A small, thorny tree, it can reach a height of more than 30 feet. It is found in the wild throughout China and India, and is also cultivated in gardens and nurseries. The inner, or "heart," wood of the tree is harvested by being sawn into large pieces, then cut into smaller slices.

In traditional Chinese medicine, sappan wood has sweet, salty, and neutral properties, and is associated with the Heart, Liver and Spleen meridians. Its main functions are to invigorate the blood, promote menstruation, and reduce pain and swelling. Sappan wood is often used to treat blood-related conditions such as dysmenorrheal and amenorrhea, and to reduce abdominal pain following childbirth. Sappan wood is also used to reduce pain and swelling caused by external injuries. In addition, sappan wood yields a natural dye (derived from the chemical brazilian), which is used to color fabrics and handicrafts.

How much sappan wood should I take?

The typical dosage of sappan wood is between 3 and 10 grams, boiled in water as a decoction. Some practitioners also recommend sappan wood powder.

What forms of sappan wood are available?

Whole slices of sappan wood can be found at some herbal shops and Asian markets. In addition, many stores sell sappan wood powders, pills and extracts.

What can happen if I take too much sappan wood? Are there any interactions I should be aware of? What precautions should I take?

Sappan wood should not be administered to patients diagnosed with blood deficiency. In addition, it should not be given to women who are pregnant or breastfeeding. As always, make sure to consult with a licensed health care provider before taking sappan wood or any other herbal remedy or dietary supplement.


  • Badami S, Moorkoth S, Rai SR, et al. Antioxidant activity of caesalpinia sappan heartwood. Biol Pharm Bull November 2003;26(11):1534-7.
  • Kim KJ, Yu HH, Jeong SI, et al. Inhibitory effects of caesalpinia sappan on growth and invasion of methicillin-resistant staphylococcus aureus. J Ethnopharmacol March 2004;91(1):81-7.
  • Promsawan N, Kittakoop P, Boonphong S, et al.

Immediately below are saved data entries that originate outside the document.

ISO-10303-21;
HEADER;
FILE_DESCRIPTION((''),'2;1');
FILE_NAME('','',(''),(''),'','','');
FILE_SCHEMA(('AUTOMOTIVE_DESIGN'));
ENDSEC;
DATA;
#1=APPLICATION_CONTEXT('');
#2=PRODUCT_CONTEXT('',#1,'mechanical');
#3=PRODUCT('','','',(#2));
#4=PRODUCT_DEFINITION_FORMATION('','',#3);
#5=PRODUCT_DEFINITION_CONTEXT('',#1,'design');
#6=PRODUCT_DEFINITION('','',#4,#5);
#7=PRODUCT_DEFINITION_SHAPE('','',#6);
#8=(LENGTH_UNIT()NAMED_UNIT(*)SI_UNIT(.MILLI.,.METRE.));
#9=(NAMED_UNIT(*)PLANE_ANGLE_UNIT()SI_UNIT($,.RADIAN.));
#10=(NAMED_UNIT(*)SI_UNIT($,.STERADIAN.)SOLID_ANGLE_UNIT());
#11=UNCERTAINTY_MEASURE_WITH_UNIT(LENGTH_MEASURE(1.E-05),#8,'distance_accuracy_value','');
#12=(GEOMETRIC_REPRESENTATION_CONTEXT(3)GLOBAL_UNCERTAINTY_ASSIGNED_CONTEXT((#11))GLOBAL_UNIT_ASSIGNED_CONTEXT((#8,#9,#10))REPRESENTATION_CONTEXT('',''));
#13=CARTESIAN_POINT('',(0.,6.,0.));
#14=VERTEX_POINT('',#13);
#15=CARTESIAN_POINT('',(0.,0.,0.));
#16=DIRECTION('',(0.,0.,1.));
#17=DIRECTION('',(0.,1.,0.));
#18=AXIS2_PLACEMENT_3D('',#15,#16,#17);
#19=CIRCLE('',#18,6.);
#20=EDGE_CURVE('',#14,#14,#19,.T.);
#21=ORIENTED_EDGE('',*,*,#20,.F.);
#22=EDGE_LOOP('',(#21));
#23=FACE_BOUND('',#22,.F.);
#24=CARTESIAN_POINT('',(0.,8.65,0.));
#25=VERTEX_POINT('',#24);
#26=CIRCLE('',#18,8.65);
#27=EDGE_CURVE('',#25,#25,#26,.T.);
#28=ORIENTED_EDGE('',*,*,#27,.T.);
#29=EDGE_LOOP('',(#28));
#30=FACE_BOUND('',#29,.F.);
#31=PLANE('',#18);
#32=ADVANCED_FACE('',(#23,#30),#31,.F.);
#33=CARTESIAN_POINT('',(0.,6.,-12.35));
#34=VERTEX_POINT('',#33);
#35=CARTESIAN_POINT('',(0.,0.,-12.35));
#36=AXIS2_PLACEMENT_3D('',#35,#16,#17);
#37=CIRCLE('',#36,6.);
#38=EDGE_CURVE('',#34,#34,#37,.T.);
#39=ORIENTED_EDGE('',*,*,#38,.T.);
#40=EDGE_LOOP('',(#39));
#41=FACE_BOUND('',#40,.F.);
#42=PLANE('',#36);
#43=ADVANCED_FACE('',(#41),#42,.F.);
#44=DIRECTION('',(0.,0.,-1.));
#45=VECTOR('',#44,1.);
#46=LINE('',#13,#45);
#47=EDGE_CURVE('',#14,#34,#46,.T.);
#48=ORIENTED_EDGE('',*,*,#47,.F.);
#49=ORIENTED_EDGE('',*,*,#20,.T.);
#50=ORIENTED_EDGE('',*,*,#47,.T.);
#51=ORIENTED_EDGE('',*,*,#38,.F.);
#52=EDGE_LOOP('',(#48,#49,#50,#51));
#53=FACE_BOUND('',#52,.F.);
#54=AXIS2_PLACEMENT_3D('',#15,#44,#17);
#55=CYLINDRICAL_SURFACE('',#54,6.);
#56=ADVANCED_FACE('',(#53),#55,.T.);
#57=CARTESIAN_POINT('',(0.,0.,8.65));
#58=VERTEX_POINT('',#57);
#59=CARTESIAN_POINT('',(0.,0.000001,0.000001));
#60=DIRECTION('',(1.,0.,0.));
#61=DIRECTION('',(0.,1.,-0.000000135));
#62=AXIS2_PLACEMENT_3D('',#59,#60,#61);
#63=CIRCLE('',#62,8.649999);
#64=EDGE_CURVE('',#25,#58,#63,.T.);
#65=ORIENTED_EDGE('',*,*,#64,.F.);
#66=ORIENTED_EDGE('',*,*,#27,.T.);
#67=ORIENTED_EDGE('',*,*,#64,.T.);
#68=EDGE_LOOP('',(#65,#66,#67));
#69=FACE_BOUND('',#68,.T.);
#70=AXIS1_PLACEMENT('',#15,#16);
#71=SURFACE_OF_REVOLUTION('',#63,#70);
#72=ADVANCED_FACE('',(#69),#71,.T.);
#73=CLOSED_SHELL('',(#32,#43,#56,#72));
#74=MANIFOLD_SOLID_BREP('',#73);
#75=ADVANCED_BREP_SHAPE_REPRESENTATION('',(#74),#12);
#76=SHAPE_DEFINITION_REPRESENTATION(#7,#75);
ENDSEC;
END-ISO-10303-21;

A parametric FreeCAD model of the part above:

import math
import FreeCAD as App
import Part
import Sketcher
from FreeCAD import Vector
Q = App.Units.Quantity

doc = App.newDocument("Part")
params = doc.addObject("Spreadsheet::Sheet", "Params")
for row, (alias, value) in enumerate([
    ("sketch1_width", "6 mm"),
    ("sketch1_height", "21 mm"),
    ("sketch1_radius", "8.649999 mm"),
    ("revolution_angle", "360 deg"),
], start=1):
    params.set(f"A{row}", alias)
    params.set(f"B{row}", "=" + value)
    params.setAlias(f"B{row}", alias)

body = doc.addObject("PartDesign::Body", "Body")

sketch1 = doc.addObject("Sketcher::SketchObject", "Sketch")
body.addObject(sketch1)
sketch1.AttachmentSupport = (doc.YZ_Plane, [""])
sketch1.MapMode = "FlatFace"
sketch1.addGeometry([
    Part.LineSegment(Vector(6, 0, 0), Vector(8.65, 0, 0)),
    Part.ArcOfCircle(Part.Circle(Vector(0.000001, 0.000001, 0), Vector(0, 0, 1), 8.649999), math.radians(-0.000008), math.radians(90.000008)),
    Part.LineSegment(Vector(0, 8.65, 0), Vector(0, -12.35, 0)),
    Part.LineSegment(Vector(0, -12.35, 0), Vector(6, -12.35, 0)),
    Part.LineSegment(Vector(6, -12.35, 0), Vector(6, 0, 0)),
], False)
sketch1.addConstraint([
    Sketcher.Constraint("Coincident", 0, 2, 1, 1),
    Sketcher.Constraint("Coincident", 1, 2, 2, 1),
    Sketcher.Constraint("Coincident", 2, 2, 3, 1),
    Sketcher.Constraint("Coincident", 3, 2, 4, 1),
    Sketcher.Constraint("Coincident", 4, 2, 0, 1),
    Sketcher.Constraint("Horizontal", 0),
    Sketcher.Constraint("Vertical", 2),
    Sketcher.Constraint("Horizontal", 3),
    Sketcher.Constraint("Vertical", 4),
    Sketcher.Constraint("Coincident", 1, 3, -1, 1),
    Sketcher.Constraint("PointOnObject", 0, 2, -1),
    Sketcher.Constraint("PointOnObject", 1, 2, -2),
    Sketcher.Constraint("DistanceX", 3, 1, 3, 2, Q("6 mm")),
    Sketcher.Constraint("DistanceY", 2, 2, 2, 1, Q("21 mm")),
    Sketcher.Constraint("Radius", 1, Q("8.649999 mm")),
])
sketch1.setExpression("Constraints[12]", "Params.sketch1_width")
sketch1.setExpression("Constraints[13]", "Params.sketch1_height")
sketch1.setExpression("Constraints[14]", "Params.sketch1_radius")
revolution = doc.addObject("PartDesign::Revolution", "Revolution")
body.addObject(revolution)
revolution.Profile = sketch1
revolution.ReferenceAxis = (sketch1, ["V_Axis"])
revolution.setExpression("Angle", "Params.revolution_angle")

doc.recompute()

Antitubercular cassane furanoditerpenoids from the roots of caesalpinia pulcherrima. Planta Med 2003;69:776-777.
  • Xu HX, Lee SF. The antibacterial principle of caesalpina sappan. Phytotherapy Research 2004;18(8):647-651.
  • Zhao ZW. Treating 21 cases of traumatic hemalopia with fu yuan huo xue tang. Journal of Applied TCM 1999;15(8):11.